# Loading the Data

Each data files named combined_data contains :

1) MovieIDs

2) CustomerIDs

3) Ratings

4) Dates of Rating

The data file named movie_titles contains : 

1) MovieID

2) YearOfRelease

3) Title

### Importing Libraries

Importing general libraries for working with the data: numpy, pandas, matplotlib, seaborn. 

In [2]:
import pandas as pd
import numpy as np
import matplotlib.pyplot as plt
import seaborn as sns
%matplotlib inline

As the data is too complex to be loaded directly, we will make a function which which convert each text file into a seperate data frame, we will combine all the dataframe later to get a single dataframe to work with.

My system does not support loading of such a huge data, so I will load just a few of them (10000 each file).

In [8]:
# Fuction to read each file

def read_text(path, rows=10000):
    data = {'Cust_Id' : [], 'Movie_Id' : [], 'Rating' : [], 'Date' : []}  #Creating dictionary to store each attribute 
    f = open(path, "r")
    count = 0
    for line in f:
        count += 1   # As right now we will be using only 10k data
        if count > rows:
            break
            
        if ':' in line:
            movidId = line[:-2] # remove the last character ':'
            movieId = int(movidId)
        else:
            customerID, rating, date = line.split(',')
            data['Cust_Id'].append(customerID)
            data['Movie_Id'].append(movieId)
            data['Rating'].append(rating)
            data['Date'].append(date.rstrip("\n"))  # rstrip("\n") removes the trainling character "\n"
    f.close()
            
    return pd.DataFrame(data)

In [7]:
# Converting all files into dataframes

df1 = read_text('C:/Users/umar/Documents/Machine Learning/Recommender System/Data/combined_data_1.txt', rows=10000)
df2 = read_text('C:/Users/umar/Documents/Machine Learning/Recommender System/Data/combined_data_2.txt', rows=10000)
df3 = read_text('C:/Users/umar/Documents/Machine Learning/Recommender System/Data/combined_data_3.txt', rows=10000)
df4 = read_text('C:/Users/umar/Documents/Machine Learning/Recommender System/Data/combined_data_4.txt', rows=10000)

# converting ratings into float
# (example: '3'->3.0)

df1['Rating'] = df1['Rating'].astype(float)
df2['Rating'] = df2['Rating'].astype(float)
df3['Rating'] = df3['Rating'].astype(float)
df4['Rating'] = df4['Rating'].astype(float)

In [9]:
# Merging all the dataframes

df = df1.copy()
df = df.append(df2)
df = df.append(df3)
df = df.append(df4)
df.index = np.arange(0,len(df))

In [10]:
df.head()

Unnamed: 0,Cust_Id,Movie_Id,Rating,Date
0,1488844,1,3.0,2005-09-06
1,822109,1,5.0,2005-05-13
2,885013,1,4.0,2005-10-19
3,30878,1,4.0,2005-12-26
4,823519,1,3.0,2004-05-03


In [13]:
df.shape

(39967, 4)

In read_text function we are increasing count even if we just encountered a movie_id, which is absurd.

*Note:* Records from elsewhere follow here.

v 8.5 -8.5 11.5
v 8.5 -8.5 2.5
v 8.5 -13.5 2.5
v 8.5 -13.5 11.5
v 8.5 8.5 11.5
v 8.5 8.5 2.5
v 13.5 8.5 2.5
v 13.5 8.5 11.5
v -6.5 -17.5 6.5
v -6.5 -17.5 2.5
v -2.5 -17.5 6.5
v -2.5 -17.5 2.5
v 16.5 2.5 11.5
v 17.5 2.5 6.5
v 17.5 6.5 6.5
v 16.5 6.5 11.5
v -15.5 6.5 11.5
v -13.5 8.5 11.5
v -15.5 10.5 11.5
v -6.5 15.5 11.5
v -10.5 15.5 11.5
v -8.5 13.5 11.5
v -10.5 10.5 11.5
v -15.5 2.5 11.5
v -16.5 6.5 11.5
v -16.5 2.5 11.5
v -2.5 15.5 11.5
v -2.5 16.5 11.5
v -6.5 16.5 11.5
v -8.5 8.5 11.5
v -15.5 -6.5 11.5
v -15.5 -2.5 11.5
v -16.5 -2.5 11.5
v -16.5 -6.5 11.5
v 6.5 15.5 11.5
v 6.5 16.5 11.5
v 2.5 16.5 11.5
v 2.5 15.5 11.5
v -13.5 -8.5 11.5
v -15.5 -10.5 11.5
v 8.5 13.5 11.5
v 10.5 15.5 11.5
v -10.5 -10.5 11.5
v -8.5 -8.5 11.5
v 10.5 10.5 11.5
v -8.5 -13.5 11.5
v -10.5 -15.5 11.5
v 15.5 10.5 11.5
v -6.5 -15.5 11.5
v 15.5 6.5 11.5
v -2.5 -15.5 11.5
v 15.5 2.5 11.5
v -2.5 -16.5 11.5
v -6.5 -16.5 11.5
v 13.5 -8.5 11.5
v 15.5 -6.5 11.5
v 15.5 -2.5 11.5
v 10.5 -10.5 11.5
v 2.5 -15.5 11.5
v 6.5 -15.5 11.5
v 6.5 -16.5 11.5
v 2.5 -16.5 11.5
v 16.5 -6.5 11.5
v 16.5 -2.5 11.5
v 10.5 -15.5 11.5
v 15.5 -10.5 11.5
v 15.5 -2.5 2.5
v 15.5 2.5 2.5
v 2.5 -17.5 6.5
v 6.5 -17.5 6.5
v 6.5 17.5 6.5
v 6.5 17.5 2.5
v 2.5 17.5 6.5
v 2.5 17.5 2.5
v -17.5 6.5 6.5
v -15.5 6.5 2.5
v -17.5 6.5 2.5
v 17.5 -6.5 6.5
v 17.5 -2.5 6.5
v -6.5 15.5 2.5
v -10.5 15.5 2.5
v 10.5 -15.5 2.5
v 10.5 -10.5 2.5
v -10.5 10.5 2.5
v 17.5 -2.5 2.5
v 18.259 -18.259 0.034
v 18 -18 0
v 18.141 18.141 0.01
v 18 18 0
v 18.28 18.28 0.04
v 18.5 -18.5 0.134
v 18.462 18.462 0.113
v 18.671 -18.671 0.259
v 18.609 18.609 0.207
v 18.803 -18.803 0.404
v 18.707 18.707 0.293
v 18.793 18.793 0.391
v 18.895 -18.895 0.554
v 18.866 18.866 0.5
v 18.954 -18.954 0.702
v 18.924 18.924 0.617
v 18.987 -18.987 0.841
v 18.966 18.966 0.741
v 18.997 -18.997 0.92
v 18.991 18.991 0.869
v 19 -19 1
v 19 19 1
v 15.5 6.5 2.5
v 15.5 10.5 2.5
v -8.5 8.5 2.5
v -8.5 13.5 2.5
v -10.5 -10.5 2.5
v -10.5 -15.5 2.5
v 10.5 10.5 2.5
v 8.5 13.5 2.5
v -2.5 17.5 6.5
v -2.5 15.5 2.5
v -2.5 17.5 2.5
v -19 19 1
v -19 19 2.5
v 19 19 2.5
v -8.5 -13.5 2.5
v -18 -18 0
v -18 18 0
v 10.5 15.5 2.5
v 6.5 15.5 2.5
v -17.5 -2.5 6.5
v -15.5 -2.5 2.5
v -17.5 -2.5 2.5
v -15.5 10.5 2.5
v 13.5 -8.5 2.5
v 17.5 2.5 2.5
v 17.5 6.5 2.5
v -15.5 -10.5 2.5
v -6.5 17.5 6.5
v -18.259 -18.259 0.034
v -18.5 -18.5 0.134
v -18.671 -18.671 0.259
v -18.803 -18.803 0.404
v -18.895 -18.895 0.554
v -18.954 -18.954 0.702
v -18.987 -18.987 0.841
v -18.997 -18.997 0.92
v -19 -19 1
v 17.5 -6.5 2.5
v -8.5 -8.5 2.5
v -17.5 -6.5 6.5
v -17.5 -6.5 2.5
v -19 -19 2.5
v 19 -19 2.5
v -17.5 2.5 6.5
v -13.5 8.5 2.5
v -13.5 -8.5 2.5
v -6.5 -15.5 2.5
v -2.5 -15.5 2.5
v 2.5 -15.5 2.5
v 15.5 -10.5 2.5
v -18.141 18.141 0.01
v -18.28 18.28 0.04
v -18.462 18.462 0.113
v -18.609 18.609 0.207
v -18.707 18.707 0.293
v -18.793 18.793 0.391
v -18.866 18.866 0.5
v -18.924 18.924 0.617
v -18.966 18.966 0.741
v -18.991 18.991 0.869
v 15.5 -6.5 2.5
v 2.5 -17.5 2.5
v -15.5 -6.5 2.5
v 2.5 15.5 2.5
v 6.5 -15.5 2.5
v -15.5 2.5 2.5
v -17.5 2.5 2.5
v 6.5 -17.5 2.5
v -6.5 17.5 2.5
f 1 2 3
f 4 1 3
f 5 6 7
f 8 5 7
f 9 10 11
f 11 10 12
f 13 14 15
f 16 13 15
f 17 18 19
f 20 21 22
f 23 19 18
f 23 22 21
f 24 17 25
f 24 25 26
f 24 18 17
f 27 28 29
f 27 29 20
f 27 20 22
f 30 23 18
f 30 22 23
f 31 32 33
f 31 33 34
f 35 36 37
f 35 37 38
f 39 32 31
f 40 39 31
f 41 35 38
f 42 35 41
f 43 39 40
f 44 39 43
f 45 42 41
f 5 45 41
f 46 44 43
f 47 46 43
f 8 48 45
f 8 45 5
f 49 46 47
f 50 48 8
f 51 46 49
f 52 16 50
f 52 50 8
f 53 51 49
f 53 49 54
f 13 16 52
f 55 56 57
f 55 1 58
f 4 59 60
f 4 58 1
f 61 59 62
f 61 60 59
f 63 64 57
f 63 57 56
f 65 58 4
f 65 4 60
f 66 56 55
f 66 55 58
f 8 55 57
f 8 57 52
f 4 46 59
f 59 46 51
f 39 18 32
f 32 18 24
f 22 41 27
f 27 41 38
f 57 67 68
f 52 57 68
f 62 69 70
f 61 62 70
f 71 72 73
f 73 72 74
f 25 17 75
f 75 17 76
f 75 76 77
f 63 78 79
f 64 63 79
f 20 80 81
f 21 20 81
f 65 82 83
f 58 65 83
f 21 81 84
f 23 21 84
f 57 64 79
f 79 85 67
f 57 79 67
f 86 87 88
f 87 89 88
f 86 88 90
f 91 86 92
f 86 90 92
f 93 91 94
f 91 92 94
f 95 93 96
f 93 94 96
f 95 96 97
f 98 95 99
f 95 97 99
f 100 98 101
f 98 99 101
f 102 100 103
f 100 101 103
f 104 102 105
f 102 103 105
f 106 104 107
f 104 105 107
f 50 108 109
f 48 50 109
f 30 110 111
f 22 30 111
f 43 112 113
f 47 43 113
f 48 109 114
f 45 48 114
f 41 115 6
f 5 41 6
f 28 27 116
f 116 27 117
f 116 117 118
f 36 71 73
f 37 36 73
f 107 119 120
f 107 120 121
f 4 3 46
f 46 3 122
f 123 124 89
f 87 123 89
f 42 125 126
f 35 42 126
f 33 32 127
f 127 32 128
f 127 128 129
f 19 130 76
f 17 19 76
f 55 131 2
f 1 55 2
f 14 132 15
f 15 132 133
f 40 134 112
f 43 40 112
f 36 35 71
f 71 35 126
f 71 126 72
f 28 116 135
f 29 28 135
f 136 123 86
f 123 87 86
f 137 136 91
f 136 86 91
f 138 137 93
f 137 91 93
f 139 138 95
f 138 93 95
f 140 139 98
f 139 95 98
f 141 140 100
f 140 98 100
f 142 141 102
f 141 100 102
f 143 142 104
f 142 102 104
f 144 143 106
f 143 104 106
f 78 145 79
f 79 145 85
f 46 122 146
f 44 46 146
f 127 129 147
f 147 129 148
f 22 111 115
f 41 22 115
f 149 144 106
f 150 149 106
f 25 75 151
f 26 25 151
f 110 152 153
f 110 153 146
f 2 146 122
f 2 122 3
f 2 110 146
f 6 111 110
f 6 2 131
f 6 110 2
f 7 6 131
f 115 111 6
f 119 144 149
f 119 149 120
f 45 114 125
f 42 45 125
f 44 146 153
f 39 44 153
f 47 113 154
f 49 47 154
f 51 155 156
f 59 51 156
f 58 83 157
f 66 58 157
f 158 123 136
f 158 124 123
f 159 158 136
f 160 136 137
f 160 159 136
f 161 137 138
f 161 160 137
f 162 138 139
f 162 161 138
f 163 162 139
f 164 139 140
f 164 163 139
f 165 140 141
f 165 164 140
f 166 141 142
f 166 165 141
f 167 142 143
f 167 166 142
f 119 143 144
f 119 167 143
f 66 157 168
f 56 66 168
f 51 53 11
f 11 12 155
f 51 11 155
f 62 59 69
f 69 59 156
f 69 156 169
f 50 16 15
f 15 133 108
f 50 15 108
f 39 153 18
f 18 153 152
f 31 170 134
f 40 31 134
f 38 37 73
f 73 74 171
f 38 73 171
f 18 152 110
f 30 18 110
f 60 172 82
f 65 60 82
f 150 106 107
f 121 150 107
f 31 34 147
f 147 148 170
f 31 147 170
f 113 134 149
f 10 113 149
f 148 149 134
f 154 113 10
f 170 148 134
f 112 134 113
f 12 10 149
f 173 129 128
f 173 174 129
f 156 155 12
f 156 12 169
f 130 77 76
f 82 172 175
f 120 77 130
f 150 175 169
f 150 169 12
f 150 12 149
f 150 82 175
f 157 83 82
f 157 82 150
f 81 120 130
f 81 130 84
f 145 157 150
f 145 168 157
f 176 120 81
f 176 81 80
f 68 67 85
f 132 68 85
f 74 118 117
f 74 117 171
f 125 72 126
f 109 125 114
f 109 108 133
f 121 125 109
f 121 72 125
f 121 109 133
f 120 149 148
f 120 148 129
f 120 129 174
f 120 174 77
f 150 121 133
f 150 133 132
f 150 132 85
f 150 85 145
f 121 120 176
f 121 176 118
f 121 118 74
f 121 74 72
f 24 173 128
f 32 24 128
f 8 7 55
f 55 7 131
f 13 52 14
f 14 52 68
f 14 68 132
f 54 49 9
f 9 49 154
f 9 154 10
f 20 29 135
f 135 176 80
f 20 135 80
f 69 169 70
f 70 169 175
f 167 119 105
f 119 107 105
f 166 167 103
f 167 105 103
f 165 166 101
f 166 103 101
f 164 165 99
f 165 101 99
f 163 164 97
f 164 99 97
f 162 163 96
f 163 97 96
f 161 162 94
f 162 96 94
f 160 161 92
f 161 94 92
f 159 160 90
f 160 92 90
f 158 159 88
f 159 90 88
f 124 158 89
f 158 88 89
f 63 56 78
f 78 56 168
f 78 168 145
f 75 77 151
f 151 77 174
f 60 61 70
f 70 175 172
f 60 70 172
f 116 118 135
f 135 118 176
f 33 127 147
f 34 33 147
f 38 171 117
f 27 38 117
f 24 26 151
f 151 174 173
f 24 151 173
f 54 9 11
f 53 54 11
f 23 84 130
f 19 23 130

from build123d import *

# Parameters (mm, degrees)
F0_W     = 38
F0_H     = 38
F1_DEPTH = 2.5
F3_DEPTH = 9
F4_SIZE2 = 5
F4_SIZE  = 1
F6_COUNT = 4
F7_R     = 1


with BuildPart() as f1:
    # F0 (on Top) → F1 (new body)
    with BuildSketch(Plane.XY):
        Rectangle(F0_W, F0_H)
    extrude(amount=F1_DEPTH)



with BuildPart() as f3:
    # F2 (on face) → F3 (new body)
    with BuildSketch(Plane.XY.offset(2.5)):
        Polygon((-15.5, 0), (-13.5, 0), (-13.5, 8.5), (-8.5, 8.5), (-8.5, 13.5), (0, 13.5), (0, 15.5), (-2.5, 15.5), (-2.5, 17.5), (-6.5, 17.5), (-6.5, 15.5), (-10.5, 15.5), (-10.5, 10.5), (-15.5, 10.5), (-15.5, 6.5), (-17.5, 6.5), (-17.5, 2.5), (-15.5, 2.5), align=None)
    extrude(amount=F3_DEPTH)

    # F4
    f4_edges = [f3.edges().sort_by_distance(p)[0] for p in [
        (-17.5, 4.5, 11.5),
        (-4.5, 17.5, 11.5),
    ]]
    f4_side = f3.faces().sort_by_distance((-10.131757, 10.131757, 11.5))[0]
    chamfer(f4_edges, length=F4_SIZE, length2=F4_SIZE2, reference=f4_side)


with BuildPart() as f1_1:
    add(f1.part)

    add(f3.part)  # F6 merges F3
    # F6: F3 ×4 about axis
    f6_axis = Axis((0, 0, 21.3143786676), (0, 0, 1))
    for i in range(1, F6_COUNT):
        add(f3.part.rotate(f6_axis, i * 360 / F6_COUNT))

    # F7
    f7_edges = [f1_1.edges().sort_by_distance(p)[0] for p in [
        (0, 19, 0),
        (-19, 0, 0),
        (0, -19, 0),
        (19, 0, 0),
    ]]
    fillet(f7_edges, radius=F7_R)


solid = f1_1.part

That is the reason why we are getting 39967 coloumns and not 40000 coulumns, to fix this we can shift our "count++" inside the else statement. But I am gonna continue with this only. 

In [18]:
# saving the dataframe

df.to_csv('data.csv')

In [17]:
# Loading movie_titles

df_title = pd.read_csv('C:/Users/umar/Documents/Machine Learning/Recommender System/Data/movie_titles.csv', header = None, names = ['Movie_Id', 'Year', 'Name'])
df_title.head(10)

Unnamed: 0,Movie_Id,Year,Name
0,1,2003.0,Dinosaur Planet
1,2,2004.0,Isle of Man TT 2004 Review
2,3,1997.0,Character
3,4,1994.0,Paula Abdul's Get Up & Dance
4,5,2004.0,The Rise and Fall of ECW
5,6,1997.0,Sick
6,7,1992.0,8 Man
7,8,2004.0,What the #$*! Do We Know!?
8,9,1991.0,Class of Nuke 'Em High 2
9,10,2001.0,Fighter


### Conclusion 


The data being too large is impossible to load on my laptop (Reason - Pandas achieves its speed by holding the dataset in RAM when performing calculations, that’s why it comes with a certain limitation). I have just used 10k data per file which is not such a huge number.

In this section I have successfully loaded the data, converted each file into a dataframe, combined all the dataframes to form a single dataframe, which I am going to use further.